Termination Proof using AProVE

Term Rewriting System R:
[x, y, z]
f(f(f(a, b), c), x) -> f(b, f(a, f(c, f(b, x))))
f(x, f(y, z)) -> f(f(x, y), z)

Innermost Termination of R to be shown.

     ↳Dependency Pair Analysis

R contains the following Dependency Pairs:

F(f(f(a, b), c), x) -> F(b, f(a, f(c, f(b, x))))
F(f(f(a, b), c), x) -> F(a, f(c, f(b, x)))
F(f(f(a, b), c), x) -> F(c, f(b, x))
F(f(f(a, b), c), x) -> F(b, x)
F(x, f(y, z)) -> F(f(x, y), z)
F(x, f(y, z)) -> F(x, y)

Furthermore, R contains one SCC.

     ↳DPs

       →DP Problem 1

         ↳Modular Removal of Rules

Dependency Pairs:

F(f(f(a, b), c), x) -> F(b, x)
F(f(f(a, b), c), x) -> F(c, f(b, x))
F(x, f(y, z)) -> F(x, y)
F(f(f(a, b), c), x) -> F(a, f(c, f(b, x)))
F(x, f(y, z)) -> F(f(x, y), z)
F(f(f(a, b), c), x) -> F(b, f(a, f(c, f(b, x))))

Rules:

f(f(f(a, b), c), x) -> f(b, f(a, f(c, f(b, x))))
f(x, f(y, z)) -> f(f(x, y), z)

Strategy:

innermost

We have the following set of usable rules:

f(f(f(a, b), c), x) -> f(b, f(a, f(c, f(b, x))))
f(x, f(y, z)) -> f(f(x, y), z)

To remove rules and DPs from this DP problem we used the following monotonic and C_E-compatible order: Polynomial ordering.
Polynomial interpretation:

POL(c) = 0

POL(b) = 0

POL(a) = 1

POL(F(x₁, x₂)) = 1 + x₁ + x₂

POL(f(x₁, x₂)) = x₁ + x₂

We have the following set D of usable symbols: {c, b, a, F, f}
The following Dependency Pairs can be deleted as the lhs is strictly greater than the corresponding rhs:

F(f(f(a, b), c), x) -> F(b, x)
F(f(f(a, b), c), x) -> F(c, f(b, x))

No Rules can be deleted.

The result of this processor delivers one new DP problem.

     ↳DPs

       →DP Problem 1

         ↳MRR

           →DP Problem 2

             ↳Negative Polynomial Order

Dependency Pairs:

F(x, f(y, z)) -> F(x, y)
F(f(f(a, b), c), x) -> F(a, f(c, f(b, x)))
F(x, f(y, z)) -> F(f(x, y), z)
F(f(f(a, b), c), x) -> F(b, f(a, f(c, f(b, x))))

Rules:

f(f(f(a, b), c), x) -> f(b, f(a, f(c, f(b, x))))
f(x, f(y, z)) -> f(f(x, y), z)

Strategy:

innermost

The following Dependency Pair can be strictly oriented using the given order.
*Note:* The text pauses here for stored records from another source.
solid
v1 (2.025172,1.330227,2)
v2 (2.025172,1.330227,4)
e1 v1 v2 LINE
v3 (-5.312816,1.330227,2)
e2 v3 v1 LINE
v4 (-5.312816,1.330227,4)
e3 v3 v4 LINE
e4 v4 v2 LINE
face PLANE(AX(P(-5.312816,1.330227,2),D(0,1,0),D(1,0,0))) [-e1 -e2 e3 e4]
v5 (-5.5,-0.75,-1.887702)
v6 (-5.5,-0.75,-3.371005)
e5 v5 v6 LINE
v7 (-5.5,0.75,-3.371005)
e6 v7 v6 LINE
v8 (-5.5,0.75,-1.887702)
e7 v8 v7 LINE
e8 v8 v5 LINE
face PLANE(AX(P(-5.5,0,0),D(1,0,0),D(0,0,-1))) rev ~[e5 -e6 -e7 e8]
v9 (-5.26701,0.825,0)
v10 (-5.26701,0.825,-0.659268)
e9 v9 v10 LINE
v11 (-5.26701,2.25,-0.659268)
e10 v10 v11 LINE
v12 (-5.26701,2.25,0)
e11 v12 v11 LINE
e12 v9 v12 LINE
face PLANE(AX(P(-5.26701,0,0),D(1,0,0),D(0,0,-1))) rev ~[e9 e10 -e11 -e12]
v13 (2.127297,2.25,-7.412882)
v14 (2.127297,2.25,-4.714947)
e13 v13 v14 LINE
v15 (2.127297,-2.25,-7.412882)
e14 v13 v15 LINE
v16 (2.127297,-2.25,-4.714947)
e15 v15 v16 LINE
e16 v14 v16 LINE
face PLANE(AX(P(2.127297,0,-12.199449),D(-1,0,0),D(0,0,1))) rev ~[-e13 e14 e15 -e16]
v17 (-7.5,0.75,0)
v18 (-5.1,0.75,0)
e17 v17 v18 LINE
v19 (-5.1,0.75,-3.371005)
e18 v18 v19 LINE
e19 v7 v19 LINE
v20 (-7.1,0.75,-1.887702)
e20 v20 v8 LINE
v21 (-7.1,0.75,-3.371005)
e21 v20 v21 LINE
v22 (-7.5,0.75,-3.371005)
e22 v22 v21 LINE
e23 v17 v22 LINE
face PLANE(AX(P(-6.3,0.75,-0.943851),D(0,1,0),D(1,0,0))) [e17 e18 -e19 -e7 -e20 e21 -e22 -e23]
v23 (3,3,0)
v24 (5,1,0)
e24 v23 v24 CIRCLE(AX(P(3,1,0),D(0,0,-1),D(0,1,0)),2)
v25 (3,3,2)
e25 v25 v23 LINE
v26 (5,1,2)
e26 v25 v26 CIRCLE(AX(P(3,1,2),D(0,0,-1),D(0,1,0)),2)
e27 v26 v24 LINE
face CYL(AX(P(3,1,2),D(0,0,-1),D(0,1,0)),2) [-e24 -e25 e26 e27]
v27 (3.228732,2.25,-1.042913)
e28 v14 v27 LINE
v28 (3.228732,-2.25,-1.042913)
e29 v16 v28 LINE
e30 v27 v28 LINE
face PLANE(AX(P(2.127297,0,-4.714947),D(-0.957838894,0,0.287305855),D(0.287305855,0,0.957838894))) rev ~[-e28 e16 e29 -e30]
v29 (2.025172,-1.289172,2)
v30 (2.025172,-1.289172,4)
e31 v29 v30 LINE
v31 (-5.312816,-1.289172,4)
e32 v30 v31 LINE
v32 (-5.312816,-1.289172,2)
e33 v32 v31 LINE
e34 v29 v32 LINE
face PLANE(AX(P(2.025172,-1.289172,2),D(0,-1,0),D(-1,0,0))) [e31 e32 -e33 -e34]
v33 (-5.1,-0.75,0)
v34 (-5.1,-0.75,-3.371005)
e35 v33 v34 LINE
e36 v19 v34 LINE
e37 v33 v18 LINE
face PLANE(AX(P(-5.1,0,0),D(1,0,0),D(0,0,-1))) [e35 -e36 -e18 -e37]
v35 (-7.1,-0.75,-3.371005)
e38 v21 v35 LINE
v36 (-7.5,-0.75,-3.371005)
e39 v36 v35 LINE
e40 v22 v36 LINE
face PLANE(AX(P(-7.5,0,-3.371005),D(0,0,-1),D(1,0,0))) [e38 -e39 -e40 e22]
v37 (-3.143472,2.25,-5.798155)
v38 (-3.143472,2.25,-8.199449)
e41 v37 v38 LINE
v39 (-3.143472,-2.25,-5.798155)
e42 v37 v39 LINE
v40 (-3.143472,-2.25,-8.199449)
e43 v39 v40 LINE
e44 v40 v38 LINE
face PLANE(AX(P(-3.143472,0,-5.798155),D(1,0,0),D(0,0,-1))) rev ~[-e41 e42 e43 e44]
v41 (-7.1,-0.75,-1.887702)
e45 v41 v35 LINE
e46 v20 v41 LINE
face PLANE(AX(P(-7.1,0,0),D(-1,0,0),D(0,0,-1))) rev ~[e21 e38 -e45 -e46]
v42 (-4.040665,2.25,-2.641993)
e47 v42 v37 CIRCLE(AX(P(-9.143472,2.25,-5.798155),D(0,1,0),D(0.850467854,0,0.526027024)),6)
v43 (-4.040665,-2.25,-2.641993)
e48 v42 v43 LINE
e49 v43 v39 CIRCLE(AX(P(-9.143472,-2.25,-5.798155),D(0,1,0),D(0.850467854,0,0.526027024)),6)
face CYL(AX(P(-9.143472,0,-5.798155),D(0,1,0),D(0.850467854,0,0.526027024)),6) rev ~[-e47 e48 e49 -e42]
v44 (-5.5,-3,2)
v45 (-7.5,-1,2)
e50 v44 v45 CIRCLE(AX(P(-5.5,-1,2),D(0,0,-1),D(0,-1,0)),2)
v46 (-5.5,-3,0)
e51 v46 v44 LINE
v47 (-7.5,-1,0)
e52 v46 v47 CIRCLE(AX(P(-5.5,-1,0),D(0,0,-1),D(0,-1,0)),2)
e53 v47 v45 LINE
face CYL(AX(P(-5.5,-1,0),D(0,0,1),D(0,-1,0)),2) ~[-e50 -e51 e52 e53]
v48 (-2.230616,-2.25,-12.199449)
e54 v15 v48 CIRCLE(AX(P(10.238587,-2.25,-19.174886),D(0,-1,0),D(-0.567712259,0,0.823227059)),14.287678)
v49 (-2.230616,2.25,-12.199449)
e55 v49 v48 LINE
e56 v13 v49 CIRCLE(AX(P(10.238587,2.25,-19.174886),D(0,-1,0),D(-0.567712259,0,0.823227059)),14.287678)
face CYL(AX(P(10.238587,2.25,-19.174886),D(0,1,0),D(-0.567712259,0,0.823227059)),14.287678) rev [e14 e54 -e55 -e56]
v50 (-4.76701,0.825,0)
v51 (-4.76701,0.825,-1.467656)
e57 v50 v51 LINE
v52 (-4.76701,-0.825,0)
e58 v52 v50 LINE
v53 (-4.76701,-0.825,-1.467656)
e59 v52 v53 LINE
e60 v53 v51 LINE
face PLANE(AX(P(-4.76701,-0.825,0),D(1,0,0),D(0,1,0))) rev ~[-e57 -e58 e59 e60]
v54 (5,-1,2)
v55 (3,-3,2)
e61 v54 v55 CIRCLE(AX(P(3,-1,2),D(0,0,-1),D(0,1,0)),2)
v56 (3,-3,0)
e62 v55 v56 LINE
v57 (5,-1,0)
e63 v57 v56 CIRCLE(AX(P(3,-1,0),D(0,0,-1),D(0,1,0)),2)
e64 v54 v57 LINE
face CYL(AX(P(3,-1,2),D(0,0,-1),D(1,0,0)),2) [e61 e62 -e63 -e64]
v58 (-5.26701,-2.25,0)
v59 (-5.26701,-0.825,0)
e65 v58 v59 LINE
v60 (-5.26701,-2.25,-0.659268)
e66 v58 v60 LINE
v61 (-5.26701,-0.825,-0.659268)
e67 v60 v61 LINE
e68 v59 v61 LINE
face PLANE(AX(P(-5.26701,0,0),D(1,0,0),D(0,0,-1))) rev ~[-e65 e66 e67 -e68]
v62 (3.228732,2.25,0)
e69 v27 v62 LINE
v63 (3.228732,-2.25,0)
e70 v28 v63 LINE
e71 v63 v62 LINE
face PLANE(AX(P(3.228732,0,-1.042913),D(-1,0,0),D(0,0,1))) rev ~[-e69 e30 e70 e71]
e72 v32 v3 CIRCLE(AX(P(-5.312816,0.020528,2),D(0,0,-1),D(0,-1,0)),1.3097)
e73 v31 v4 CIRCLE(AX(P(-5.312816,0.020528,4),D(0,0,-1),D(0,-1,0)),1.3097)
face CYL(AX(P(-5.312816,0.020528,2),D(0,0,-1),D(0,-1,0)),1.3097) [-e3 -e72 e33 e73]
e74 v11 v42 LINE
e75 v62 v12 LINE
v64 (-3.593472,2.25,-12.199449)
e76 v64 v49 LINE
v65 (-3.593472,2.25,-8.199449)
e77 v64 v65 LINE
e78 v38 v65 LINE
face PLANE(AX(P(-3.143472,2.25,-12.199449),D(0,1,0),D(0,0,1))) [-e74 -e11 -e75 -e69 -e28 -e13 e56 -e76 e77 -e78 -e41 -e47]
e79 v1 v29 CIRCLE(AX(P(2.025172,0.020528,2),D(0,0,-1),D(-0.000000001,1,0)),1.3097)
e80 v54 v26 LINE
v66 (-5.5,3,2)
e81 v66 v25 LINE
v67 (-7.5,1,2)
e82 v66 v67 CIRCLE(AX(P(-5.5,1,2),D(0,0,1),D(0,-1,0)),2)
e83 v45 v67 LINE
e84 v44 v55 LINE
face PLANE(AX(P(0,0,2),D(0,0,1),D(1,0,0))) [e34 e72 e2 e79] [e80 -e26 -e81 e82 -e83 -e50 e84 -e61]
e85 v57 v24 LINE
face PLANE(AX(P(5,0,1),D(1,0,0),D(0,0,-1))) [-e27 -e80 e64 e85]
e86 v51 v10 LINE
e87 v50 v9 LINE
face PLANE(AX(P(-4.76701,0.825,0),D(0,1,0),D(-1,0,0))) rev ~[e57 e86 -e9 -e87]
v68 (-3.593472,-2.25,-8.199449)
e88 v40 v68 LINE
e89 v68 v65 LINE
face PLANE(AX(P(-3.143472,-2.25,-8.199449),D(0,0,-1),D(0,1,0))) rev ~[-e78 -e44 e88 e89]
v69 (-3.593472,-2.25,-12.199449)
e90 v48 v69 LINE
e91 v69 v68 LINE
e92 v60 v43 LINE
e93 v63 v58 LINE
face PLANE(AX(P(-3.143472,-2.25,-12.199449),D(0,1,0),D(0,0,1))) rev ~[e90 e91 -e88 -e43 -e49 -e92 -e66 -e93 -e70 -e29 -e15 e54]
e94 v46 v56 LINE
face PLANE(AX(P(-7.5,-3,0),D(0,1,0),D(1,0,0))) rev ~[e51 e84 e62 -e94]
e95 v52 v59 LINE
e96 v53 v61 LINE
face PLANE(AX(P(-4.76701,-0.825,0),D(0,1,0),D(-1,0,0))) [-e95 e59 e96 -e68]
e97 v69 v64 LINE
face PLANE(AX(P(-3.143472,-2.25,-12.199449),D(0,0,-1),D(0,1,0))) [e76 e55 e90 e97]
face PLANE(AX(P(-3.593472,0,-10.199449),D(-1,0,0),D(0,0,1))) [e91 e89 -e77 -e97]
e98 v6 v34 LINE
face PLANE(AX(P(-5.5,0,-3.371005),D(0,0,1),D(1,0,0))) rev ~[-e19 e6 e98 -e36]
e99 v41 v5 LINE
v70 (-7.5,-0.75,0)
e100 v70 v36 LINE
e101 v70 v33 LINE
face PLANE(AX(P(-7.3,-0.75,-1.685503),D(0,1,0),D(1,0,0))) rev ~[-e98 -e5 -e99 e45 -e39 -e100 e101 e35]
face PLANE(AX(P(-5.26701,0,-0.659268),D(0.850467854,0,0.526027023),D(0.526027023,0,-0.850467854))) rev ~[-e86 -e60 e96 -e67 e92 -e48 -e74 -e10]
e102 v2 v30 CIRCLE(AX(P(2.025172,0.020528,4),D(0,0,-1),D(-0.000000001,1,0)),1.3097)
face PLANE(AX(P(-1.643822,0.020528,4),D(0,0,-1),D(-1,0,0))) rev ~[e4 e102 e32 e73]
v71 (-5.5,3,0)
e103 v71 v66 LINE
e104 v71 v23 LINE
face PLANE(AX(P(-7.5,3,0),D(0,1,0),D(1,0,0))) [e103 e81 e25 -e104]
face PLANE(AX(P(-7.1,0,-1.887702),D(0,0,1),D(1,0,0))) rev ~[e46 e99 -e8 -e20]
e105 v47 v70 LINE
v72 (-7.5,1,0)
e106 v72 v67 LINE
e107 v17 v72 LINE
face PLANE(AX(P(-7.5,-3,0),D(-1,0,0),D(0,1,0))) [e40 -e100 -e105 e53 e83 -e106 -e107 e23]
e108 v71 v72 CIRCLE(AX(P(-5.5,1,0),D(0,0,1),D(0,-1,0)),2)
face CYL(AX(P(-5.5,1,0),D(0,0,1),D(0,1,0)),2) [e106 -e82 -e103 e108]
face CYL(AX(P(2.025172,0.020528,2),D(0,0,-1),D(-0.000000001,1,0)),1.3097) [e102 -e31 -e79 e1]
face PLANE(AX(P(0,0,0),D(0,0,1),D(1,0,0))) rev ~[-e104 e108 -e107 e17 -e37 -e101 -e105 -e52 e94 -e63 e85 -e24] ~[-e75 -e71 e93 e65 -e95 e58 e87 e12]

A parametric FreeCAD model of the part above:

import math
import FreeCAD as App
import Part
import Sketcher

V = App.Vector


def edges_at(feature, points):
    """Names of the edges that pass closest to the given points."""
    edges = feature.Shape.Edges
    near = lambda p: min(range(len(edges)), key=lambda i: edges[i].distToShape(Part.Vertex(*p))[0])
    return sorted({f"Edge{near(p) + 1}" for p in points})

doc = App.newDocument("Part")
body = doc.addObject("PartDesign::Body", "Body")

# Sketch on XY plane
sketch1 = doc.addObject("Sketcher::SketchObject", "Sketch")
body.addObject(sketch1)
sketch1.AttachmentSupport = (doc.XY_Plane, [""])
sketch1.MapMode = "FlatFace"
sketch1.addGeometry([
    Part.LineSegment(V(-8, 3, 0), V(-8, -3, 0)),
    Part.LineSegment(V(-8, -3, 0), V(8, -3, 0)),
    Part.LineSegment(V(8, -3, 0), V(8, 3, 0)),
    Part.LineSegment(V(8, 3, 0), V(-8, 3, 0)),
], False)
sketch1.addConstraint([
    Sketcher.Constraint("Coincident", 0, 2, 1, 1),
    Sketcher.Constraint("Coincident", 1, 2, 2, 1),
    Sketcher.Constraint("Coincident", 2, 2, 3, 1),
    Sketcher.Constraint("Coincident", 3, 2, 0, 1),
    Sketcher.Constraint("Vertical", 0),
    Sketcher.Constraint("Horizontal", 1),
    Sketcher.Constraint("Vertical", 2),
    Sketcher.Constraint("Horizontal", 3),
    Sketcher.Constraint("Symmetric", 0, 2, 2, 2, -1, 1),
    Sketcher.Constraint("DistanceX", 1, 1, 1, 2, 15.0),
    Sketcher.Constraint("DistanceY", 0, 2, 0, 1, 6.0),
])
pad1 = doc.addObject("PartDesign::Pad", "Pad")
body.addObject(pad1)
pad1.Profile = sketch1
pad1.Length = 2

# Sketch on XY plane
sketch2 = doc.addObject("Sketcher::SketchObject", "Sketch001")
body.addObject(sketch2)
sketch2.AttachmentSupport = (doc.XY_Plane, [""])
sketch2.MapMode = "FlatFace"
sketch2.AttachmentOffset = App.Placement(V(0, 0, 2), App.Rotation())
sketch2.addGeometry([
    Part.LineSegment(V(2, 1.3, 0), V(-5.3, 1.3, 0)),
    Part.ArcOfCircle(Part.Circle(V(-5.3, 0, 0), V(0, 0, 1), 1.3), math.radians(90), math.radians(270)),
    Part.LineSegment(V(-5.3, -1.3, 0), V(2, -1.3, 0)),
    Part.ArcOfCircle(Part.Circle(V(2, 0, 0), V(0, 0, 1), 1.3), math.radians(-90), math.radians(90)),
], False)
sketch2.addConstraint([
    Sketcher.Constraint("Tangent", 0, 2, 1, 1),
    Sketcher.Constraint("Tangent", 1, 2, 2, 1),
    Sketcher.Constraint("Tangent", 2, 2, 3, 1),
    Sketcher.Constraint("Tangent", 3, 2, 0, 1),
    Sketcher.Constraint("Horizontal", 0),
    Sketcher.Constraint("Horizontal", 2),
    Sketcher.Constraint("Radius", 1, 1.3097),
    Sketcher.Constraint("DistanceX", 0, 2, 0, 1, 7.337988),
    Sketcher.Constraint("DistanceX", 1, 3, -1, 1, 5.312816),
    Sketcher.Constraint("DistanceY", -1, 1, 1, 3, 0.020528),
])
pad2 = doc.addObject("PartDesign::Pad", "Pad001")
body.addObject(pad2)
pad2.Profile = sketch2
pad2.Length = 2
F(f(f(a, b), c), x) -> F(b, f(a, f(c, f(b, x))))

Moreover, the following usable rules (regarding the implicit AFS) are oriented.

f(f(f(a, b), c), x) -> f(b, f(a, f(c, f(b, x))))
f(x, f(y, z)) -> f(f(x, y), z)

Used ordering:
Polynomial Order with Interpretation:

POL( F(x₁, x₂) ) = x₁

POL( f(x₁, x₂) ) = x₁

POL( a ) = 1

POL( b ) = 0

This results in one new DP problem.

     ↳DPs

       →DP Problem 1

         ↳MRR

           →DP Problem 2

             ↳Neg POLO

...

               →DP Problem 3

                 ↳Narrowing Transformation

Dependency Pairs:

F(x, f(y, z)) -> F(x, y)
F(f(f(a, b), c), x) -> F(a, f(c, f(b, x)))
F(x, f(y, z)) -> F(f(x, y), z)

Rules:

f(f(f(a, b), c), x) -> f(b, f(a, f(c, f(b, x))))
f(x, f(y, z)) -> f(f(x, y), z)

Strategy:

innermost

On this DP problem, a Narrowing SCC transformation can be performed.
As a result of transforming the rule

F(f(f(a, b), c), x) -> F(a, f(c, f(b, x)))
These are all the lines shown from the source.